PROBLEM TO WORK ON: In the material below, the lines from the one containing "f 97 203 199" through the one containing "f 90 112 209" are to be given again exactly, ends included, and no others.

-*-

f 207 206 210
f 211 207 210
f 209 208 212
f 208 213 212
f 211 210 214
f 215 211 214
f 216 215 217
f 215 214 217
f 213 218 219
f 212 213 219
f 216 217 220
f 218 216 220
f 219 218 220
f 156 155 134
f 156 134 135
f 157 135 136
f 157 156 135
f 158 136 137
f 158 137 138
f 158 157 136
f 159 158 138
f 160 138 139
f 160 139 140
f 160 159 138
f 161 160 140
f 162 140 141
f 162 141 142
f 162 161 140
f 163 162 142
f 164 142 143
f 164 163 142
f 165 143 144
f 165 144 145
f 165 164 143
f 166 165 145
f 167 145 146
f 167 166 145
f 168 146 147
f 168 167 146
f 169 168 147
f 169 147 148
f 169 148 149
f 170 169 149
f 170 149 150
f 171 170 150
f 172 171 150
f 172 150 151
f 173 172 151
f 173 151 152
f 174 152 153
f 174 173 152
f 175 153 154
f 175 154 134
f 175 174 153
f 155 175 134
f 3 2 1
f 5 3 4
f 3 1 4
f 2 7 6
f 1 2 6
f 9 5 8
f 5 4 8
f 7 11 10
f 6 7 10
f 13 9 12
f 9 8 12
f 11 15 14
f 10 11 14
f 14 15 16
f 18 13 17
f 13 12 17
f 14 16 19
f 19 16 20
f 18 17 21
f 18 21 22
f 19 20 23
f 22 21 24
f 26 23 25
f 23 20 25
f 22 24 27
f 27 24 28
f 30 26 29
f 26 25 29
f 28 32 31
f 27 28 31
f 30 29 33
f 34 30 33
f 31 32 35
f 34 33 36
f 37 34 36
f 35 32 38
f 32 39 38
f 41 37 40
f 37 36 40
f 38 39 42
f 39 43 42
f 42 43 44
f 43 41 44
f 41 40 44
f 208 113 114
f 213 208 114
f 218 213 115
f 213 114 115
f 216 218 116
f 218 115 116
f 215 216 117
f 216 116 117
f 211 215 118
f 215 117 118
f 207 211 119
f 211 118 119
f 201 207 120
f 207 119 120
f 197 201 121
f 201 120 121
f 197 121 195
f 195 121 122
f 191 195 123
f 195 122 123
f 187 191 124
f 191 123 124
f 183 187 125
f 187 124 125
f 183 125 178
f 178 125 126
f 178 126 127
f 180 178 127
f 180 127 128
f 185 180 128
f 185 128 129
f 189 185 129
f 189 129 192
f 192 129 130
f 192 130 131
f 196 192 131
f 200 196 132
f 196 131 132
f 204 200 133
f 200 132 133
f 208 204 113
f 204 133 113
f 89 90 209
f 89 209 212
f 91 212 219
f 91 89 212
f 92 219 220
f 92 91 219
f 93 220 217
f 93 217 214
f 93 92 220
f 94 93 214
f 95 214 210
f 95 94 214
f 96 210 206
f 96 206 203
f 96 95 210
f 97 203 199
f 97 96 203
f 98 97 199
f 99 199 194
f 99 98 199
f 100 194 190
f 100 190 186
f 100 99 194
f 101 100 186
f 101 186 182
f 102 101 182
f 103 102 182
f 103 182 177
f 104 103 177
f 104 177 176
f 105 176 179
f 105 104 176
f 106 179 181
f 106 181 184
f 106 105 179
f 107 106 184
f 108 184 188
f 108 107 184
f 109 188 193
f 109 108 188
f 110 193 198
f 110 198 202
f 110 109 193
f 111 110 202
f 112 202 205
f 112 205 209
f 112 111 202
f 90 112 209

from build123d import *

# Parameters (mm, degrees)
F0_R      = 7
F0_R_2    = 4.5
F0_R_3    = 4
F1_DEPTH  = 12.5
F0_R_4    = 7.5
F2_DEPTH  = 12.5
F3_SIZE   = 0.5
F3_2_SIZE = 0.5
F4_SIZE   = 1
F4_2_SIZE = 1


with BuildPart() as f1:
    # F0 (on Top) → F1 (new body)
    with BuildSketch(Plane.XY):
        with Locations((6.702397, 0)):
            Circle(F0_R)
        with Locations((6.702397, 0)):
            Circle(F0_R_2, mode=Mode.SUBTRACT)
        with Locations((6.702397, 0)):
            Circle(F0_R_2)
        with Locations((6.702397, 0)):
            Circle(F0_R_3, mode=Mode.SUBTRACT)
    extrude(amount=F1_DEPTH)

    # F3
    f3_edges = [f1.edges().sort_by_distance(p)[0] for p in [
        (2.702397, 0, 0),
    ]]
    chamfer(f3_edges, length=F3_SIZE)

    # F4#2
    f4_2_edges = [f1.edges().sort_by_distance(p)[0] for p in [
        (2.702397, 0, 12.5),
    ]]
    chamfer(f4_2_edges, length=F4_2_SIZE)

-*-

ANSWER SPACE:
f 97 203 199
f 97 96 203
f 98 97 199
f 99 199 194
f 99 98 199
f 100 194 190
f 100 190 186
f 100 99 194
f 101 100 186
f 101 186 182
f 102 101 182
f 103 102 182
f 103 182 177
f 104 103 177
f 104 177 176
f 105 176 179
f 105 104 176
f 106 179 181
f 106 181 184
f 106 105 179
f 107 106 184
f 108 184 188
f 108 107 184
f 109 188 193
f 109 108 188
f 110 193 198
f 110 198 202
f 110 109 193
f 111 110 202
f 112 202 205
f 112 205 209
f 112 111 202
f 90 112 209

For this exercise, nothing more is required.